With the calculated \(\Delta E_i\) the probability amplitude of finding a final state to be \(f\) with wave vector \(\mathbf{k}\) and polarization \(\sigma\) is then
\[c_{f k \sigma}(t)=\left\langle f \boldsymbol{k} \sigma\left|\hat{H}_{\mathrm{int}}^{\prime}\right| i 0\right\rangle \frac{\exp \left(-\frac{\mathrm{i}}{\hbar}\left(E_{\mathrm{i}}+\Re\left(\Delta E_{\mathrm{i}}\right)-\hbar \omega_{k}\right) t\right) \exp \left(-\gamma_{\mathrm{i}} t / 2\right)-1}{E_{\mathrm{i}}+\Re\left(\Delta E_{\mathrm{i}}\right)-E_{\mathrm{f}}-\hbar \omega_{k}+(\mathrm{i} / 2) \hbar \gamma_{\mathrm{i}}}\tag{6.14},\]from which the probability of finding a specific final state after a long time is
\[\begin{aligned} \lim _{t \rightarrow \infty}\left|c_{\mathbf{f} k \sigma}\right|^{2}=&\left|\left\langle f \boldsymbol{k} \sigma\left|\hat{H}_{\text {int }}^{\prime}\right| i 0\right\rangle\right|^{2} \\ & \times \frac{1}{\left(E_{\mathrm{i}}+\Re\left(\Delta E_{\mathrm{i}}\right)-E_{\mathrm{f}}-\hbar \omega_{k}\right)^{2}+\hbar^{2} \gamma_{\mathrm{i}}^{2} / 4}. \end{aligned}\tag{6.15}\]Eq.(6.15) reflects the intensity distribution of the emitted line: The spectral line has a Breit-Wigner distribution with center \(\hbar \omega_{k}=E_{\mathrm{i}}+\Re\left(\Delta E_{\mathrm{i}}\right)-E_{\mathrm{f}}\) and half-width \(\hbar \gamma_{\mathrm{i}} ;\).

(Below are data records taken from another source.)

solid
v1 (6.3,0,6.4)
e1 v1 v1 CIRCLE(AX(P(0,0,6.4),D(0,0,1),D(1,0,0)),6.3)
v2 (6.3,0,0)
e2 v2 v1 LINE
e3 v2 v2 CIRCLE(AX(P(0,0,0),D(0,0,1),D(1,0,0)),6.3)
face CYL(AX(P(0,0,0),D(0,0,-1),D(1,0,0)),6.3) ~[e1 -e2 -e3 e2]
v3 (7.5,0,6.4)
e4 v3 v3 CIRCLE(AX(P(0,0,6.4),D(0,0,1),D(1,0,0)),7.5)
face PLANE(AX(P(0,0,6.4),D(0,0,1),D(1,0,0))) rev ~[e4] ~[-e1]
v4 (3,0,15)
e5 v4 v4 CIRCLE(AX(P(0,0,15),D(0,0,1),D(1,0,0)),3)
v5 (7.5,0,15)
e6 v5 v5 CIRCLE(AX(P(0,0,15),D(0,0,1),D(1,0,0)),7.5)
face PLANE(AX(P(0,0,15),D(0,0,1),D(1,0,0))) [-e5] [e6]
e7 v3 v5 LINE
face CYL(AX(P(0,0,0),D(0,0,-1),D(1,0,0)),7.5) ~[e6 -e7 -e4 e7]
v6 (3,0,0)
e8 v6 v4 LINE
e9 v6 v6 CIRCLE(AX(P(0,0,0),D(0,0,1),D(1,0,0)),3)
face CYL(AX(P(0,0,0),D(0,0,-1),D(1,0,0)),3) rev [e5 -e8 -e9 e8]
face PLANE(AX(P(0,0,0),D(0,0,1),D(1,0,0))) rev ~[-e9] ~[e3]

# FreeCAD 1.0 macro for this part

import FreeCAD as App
import Part
import Sketcher
from FreeCAD import Vector
Q = App.Units.Quantity

doc = App.newDocument("Part")
params = doc.addObject("Spreadsheet::Sheet", "Params")
for row, (alias, value) in enumerate([
    ("sketch1_diameter", "15 mm"),
    ("sketch1_diameter2", "6 mm"),
    ("pad1_length", "15 mm"),
    ("sketch2_diameter", "15 mm"),
    ("sketch2_diameter2", "12.6 mm"),
    ("pocket1_length", "6.4 mm"),
], start=1):
    params.set(f"A{row}", alias)
    params.set(f"B{row}", "=" + value)
    params.setAlias(f"B{row}", alias)

body = doc.addObject("PartDesign::Body", "Body")

# Sketch on XY plane
sketch1 = body.newObject("Sketcher::SketchObject", "Sketch")
sketch1.AttachmentSupport = (doc.getObject("XY_Plane"), [""])
sketch1.MapMode = "FlatFace"
sketch1.addGeometry([
    Part.Circle(Vector(0, 0, 0), Vector(0, 0, 1), 7.5),
    Part.Circle(Vector(0, 0, 0), Vector(0, 0, 1), 3),
], False)
sketch1.addConstraint([
    Sketcher.Constraint("Coincident", 0, 3, -1, 1),
    Sketcher.Constraint("Coincident", 1, 3, -1, 1),
    Sketcher.Constraint("Diameter", 0, Q("15 mm")),
    Sketcher.Constraint("Diameter", 1, Q("6 mm")),
])
sketch1.setExpression("Constraints[2]", "Params.sketch1_diameter")
sketch1.setExpression("Constraints[3]", "Params.sketch1_diameter2")
pad1 = body.newObject("PartDesign::Pad", "Pad")
pad1.Profile = sketch1
pad1.setExpression("Length", "Params.pad1_length")

# Sketch on XY plane
sketch2 = body.newObject("Sketcher::SketchObject", "Sketch001")
sketch2.AttachmentSupport = (doc.getObject("XY_Plane"), [""])
sketch2.MapMode = "FlatFace"
sketch2.addGeometry([
    Part.Circle(Vector(0, 0, 0), Vector(0, 0, 1), 8),
    Part.Circle(Vector(0, 0, 0), Vector(0, 0, 1), 6),
], False)
sketch2.addConstraint([
    Sketcher.Constraint("Coincident", 0, 3, -1, 1),
    Sketcher.Constraint("Coincident", 1, 3, -1, 1),
    Sketcher.Constraint("Diameter", 0, Q("15 mm")),
    Sketcher.Constraint("Diameter", 1, Q("12.6 mm")),
])
sketch2.setExpression("Constraints[2]", "Params.sketch2_diameter")
sketch2.setExpression("Constraints[3]", "Params.sketch2_diameter2")
pocket1 = body.newObject("PartDesign::Pocket", "Pocket")
pocket1.Profile = sketch2
pocket1.setExpression("Length", "Params.pocket1_length")
pocket1.Reversed = True

doc.recompute()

Because of the self-energy of the electron, emission and reabsorption of photons results in the spectral line being shifted by \(\Re\left(\Delta E_{\mathrm{i}}\right) .\)
Figure 3. Breit-Wigner form of the spectral line
Conclusion
Let us call a stop to this radiation-matter interaction journey. This is the first time I write a series of blogs for quantum field theory basics. There are still so many aspects we can talk about this amazing starting point towards the general application of QFT. Along the way I learned that a good theory always starts from a basic equation that is not going to breakdown no matter what. To derive useful conclusions from a theory we have to keep coming back to the basics to assure ourselves that the final results are not artificial but can be interpreted using real-world phenomena. I also restrained myself to only focus on the aspects that might be helpful for me to better understand the polaron theory, hopefully more about polaron theory will be finished after my prelim exam.
References
[1] Greiner, Walter. Quantum Mechanics: Special Chapters. Berlin-New York: Springer, 1998.